Б. Клиническая стрессология.
- Антропогенный психоэмоциональный стресс и стрессология. Множественность психической травмы.
- Мир и психика. Блоки психической деятельности. Структура психики: модель мира, модель человека и Я-конценция.
- Стресс как универсальный механизм взаимодействия психического и соматического. Психофизиологические механизмы, уровень и этапы стрессового процесса.
- Теоретические основы развития заболеваний, обусловленных стрессом.
- Стрессор: экстремальные состояния, катастрофы, межличностные конфликты, личностные психотравматические модели.
- Механизмы психической защиты - стрессоры личной жизни: коммуникативный, семейный, межличностный конфликты. Проблема стереотипов.
- Психическое здоровье: идея, дефиниция, уровни (нейрофизиологическое – «мозговое» здоровье, индивидуально-психологическое – «психическое» здоровье, личностное – «ментальное» здоровье).
- «Археология» человека и болезни. Невротический уровень постстрессовых нарушений.
- Психотический уровень постстрессовых нарушений.
- Соматический уровень постстрессовых нарушений.
- Личностный уровень постстрессовых нарушений. Посттравматическое стрессовое расстройство.
В. Социальная психология стресса: стресс, адаптация, здоровье.
- Адаптационный синдром: психологические механизмы и реакции, социальные реакции, посттравматическое стрессовое расстройство.
- Стратегии адаптации: адаптация, направленная на эмоции, переменные, социальная поддержка, физическая среда.
- Психология здоровья: биологическая, психологическая и социальная модели, представления о здоровье и болезни, психологические методы терапии, условия жизни, личность и здоровье и т.д.
- Социальная психология и психология личности: социальное воздействие, роль, сила, интенсивность, смысл, источник, типы.

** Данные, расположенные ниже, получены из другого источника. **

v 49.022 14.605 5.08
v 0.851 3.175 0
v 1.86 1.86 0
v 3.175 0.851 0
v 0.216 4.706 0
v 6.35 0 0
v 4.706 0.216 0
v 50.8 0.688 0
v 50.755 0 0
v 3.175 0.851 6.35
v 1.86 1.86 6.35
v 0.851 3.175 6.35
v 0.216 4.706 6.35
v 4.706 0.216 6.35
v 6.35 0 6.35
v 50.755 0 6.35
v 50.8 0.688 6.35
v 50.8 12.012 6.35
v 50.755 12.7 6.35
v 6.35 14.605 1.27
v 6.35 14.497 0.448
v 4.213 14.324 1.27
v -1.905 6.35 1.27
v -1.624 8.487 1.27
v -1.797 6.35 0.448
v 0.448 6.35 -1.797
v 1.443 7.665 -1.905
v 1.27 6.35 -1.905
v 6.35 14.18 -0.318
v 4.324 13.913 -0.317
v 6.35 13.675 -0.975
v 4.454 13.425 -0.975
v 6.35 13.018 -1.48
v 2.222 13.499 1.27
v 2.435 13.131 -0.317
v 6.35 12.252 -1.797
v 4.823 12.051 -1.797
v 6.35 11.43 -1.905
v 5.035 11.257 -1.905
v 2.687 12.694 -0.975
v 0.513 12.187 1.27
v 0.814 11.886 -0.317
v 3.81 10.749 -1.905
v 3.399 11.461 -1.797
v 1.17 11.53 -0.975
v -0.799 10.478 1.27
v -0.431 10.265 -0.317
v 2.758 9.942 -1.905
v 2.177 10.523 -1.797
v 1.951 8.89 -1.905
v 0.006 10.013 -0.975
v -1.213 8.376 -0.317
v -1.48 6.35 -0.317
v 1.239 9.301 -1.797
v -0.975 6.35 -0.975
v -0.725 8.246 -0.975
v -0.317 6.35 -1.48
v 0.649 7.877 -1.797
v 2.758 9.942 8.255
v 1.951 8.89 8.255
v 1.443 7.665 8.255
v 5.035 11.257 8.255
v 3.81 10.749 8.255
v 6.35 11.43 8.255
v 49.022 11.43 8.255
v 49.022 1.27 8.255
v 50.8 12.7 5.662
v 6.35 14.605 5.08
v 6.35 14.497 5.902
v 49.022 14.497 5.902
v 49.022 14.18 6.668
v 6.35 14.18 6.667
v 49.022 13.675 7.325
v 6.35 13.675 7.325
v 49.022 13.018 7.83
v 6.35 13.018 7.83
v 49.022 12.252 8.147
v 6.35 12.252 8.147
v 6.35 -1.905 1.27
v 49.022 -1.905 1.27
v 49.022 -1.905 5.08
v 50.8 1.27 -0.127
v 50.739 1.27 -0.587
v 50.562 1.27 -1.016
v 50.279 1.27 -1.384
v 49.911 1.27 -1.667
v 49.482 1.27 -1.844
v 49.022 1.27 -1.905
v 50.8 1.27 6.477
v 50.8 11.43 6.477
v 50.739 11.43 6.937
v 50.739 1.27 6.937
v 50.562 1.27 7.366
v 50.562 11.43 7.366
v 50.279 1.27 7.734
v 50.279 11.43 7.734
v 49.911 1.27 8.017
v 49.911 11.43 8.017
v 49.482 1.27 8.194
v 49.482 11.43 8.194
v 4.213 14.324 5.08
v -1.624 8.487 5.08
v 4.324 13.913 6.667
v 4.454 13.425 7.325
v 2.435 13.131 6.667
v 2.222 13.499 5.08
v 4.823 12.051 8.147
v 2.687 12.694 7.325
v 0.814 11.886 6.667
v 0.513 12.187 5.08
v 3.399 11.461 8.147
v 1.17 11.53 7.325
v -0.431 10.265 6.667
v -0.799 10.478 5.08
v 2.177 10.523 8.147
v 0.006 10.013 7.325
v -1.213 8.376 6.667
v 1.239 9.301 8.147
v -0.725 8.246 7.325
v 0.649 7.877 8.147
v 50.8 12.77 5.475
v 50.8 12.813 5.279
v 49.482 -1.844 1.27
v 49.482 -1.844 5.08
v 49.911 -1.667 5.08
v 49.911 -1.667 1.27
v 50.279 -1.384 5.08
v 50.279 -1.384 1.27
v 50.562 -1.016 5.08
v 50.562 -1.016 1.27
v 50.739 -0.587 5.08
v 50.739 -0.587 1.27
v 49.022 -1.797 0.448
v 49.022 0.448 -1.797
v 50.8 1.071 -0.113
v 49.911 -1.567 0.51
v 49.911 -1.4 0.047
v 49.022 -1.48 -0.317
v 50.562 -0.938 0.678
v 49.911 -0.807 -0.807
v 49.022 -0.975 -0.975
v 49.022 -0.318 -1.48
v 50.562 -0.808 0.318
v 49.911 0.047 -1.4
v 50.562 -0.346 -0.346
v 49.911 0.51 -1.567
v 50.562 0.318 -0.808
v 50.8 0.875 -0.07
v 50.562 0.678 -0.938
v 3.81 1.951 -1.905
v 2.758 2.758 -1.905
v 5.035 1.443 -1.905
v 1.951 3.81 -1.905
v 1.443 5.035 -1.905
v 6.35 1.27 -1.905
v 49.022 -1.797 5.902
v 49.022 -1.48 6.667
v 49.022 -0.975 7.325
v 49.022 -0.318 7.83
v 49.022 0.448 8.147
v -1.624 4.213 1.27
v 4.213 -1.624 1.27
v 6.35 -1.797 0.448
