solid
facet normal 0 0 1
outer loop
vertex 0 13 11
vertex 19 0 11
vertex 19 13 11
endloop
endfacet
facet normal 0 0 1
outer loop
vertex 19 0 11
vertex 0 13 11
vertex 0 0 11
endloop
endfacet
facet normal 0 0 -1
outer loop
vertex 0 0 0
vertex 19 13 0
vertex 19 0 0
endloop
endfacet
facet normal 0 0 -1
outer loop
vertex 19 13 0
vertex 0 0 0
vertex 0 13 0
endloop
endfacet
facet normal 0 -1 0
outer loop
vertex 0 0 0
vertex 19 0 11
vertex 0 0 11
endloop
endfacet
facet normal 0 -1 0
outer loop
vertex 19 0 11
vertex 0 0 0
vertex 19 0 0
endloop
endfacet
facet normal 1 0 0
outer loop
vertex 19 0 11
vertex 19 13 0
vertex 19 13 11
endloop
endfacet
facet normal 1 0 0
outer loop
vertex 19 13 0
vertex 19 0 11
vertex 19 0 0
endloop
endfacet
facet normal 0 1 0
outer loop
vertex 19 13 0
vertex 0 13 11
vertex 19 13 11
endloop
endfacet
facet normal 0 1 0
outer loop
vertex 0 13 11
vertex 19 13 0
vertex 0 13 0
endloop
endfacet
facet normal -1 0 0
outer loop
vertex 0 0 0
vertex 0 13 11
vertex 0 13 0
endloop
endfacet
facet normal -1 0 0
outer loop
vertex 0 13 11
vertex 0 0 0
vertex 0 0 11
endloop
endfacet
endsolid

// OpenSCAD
// Generated by SolidPython 1.0.1 on 2020-07-29 00:46:56


cube(size = [19, 13, 11]);
/***********************************************
*********      SolidPython code:      **********
************************************************
 
# import packages: SolidPython
from solid import *
from solid.utils import *
from itertools import chain, combinations, permutations


class Resize:

    def __init__(self, scad_file):
        self.scad_file = scad_file
        #self.scad_file = import_scad(scad_file)
        # cone/cylinder param:
        self.r1 = 0
        self.r2 = 0
        self.h = 0
        # rectangular prism param:
        self.w = 0
        self.l = 0
        # ellipse param:
        self.r = 0

    # import OpenScad code (file name corresponds to shape)


    # classify shape + parameters
    def assign(self, param1, param2, param3):
        if self.scad_file == 'cone.scad':
            self.r1 = param1
            self.r2 = param2
            self.h = param3
        elif self.scad_file == 'cylinder.scad':
            self.r1 = param1
            self.r2 = param2
            self.h = param3
        elif self.scad_file == 'rectangularPrism.scad':
            self.h = param1
            self.l = param2
            self.w = param3
        else:
            self.r = param1
            self.h = param2

    # resize parameters
    def iterate(self):
        x = range(3, 20, 2)
        i = 1
        if self.scad_file == 'cone.scad':
            tempList = list(permutations(x, 2))
            for temp in tempList:
                param1 = temp[0]
                param2 = temp[1]
                filepath = 'produced_scad_files/' + 'cone' + str(param1) + '_' + str(param2) + '_' + '.scad'
                scad_render_to_file(cylinder(h=param1, r1=param2, r2=0), filepath)

        elif self.scad_file == 'cylinder.scad':
            tempList = list(permutations(x, 3))
            for temp in tempList:
                param1 = temp[0]
                param2 = temp[1]
                filepath = 'produced_scad_files/' + 'cylinder' + str(param1) + '_' + str(param2) + '_' + '.scad'
                scad_render_to_file(cylinder(h=param1, r1=param2, r2=param2), filepath)

        elif self.scad_file == 'rectangularPrism.scad':
            tempList = list(permutations(x, 3))
            for temp in tempList:
                param1 = temp[0]
                param2 = temp[1]
                param3 = temp[2]
                filepath = 'produced_scad_files/' + 'rectangularPrism' + str(param1) + '_' + str(param2) + '_' + str(
                    param3) + '.scad'
                scad_render_to_file(cube(size=(param1, param2, param3)), filepath)

        elif self.scad_file == 'ellipse.scad':
            tempList = list(permutations(x, 4))
            for temp in tempList:
                param1 = temp[0]
                param2 = temp[1]
                param3 = temp[2]
                param4 = temp[3]
                filepath = 'produced_scad_files/' + 'ellipse' + str(param1) + '_' + str(param2) + '_' + str(param3) + '_' + str(param4) + '.scad'
                scad_render_to_file(scale([param1, param2, param3])(sphere(r=param4)), filepath)

    def render_to_scadfile(self):
        scad_render_to_file(scad, 'example.scad') 
 
************************************************/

- Социальная ситуация и социальные перемены.
- Социальная реальность: построение ситуации, диспозиция, убежденность, осмысление, Мы и Они, этноцентризм, психология горя и потери.
Особенность данного курса заключалась в том, что проблема травматического стресса была представлена в совокупности его экономических, политических, социальных, психологических корней. Программа была реализована с участием психиатров, психологов, социологов, владеющих навыками терапии, тренинга, преподавания.
По оценке субъектов и объектов программы она снизила социальную и психологическую напряженность, позволила определенному количеству членов общества, остро нуждающихся в морально-психологической переориентации, адекватно адаптированные в новых условиях. Мы считаем, что если придерживаться основных принципов психиатрии, использовать гибкий и эклектичный гуманистический подход и применять приемлемые для данной культуры (даже субкультуры) техники в соответствии с имеющимися ресурсами, можно достичь значительных успехов.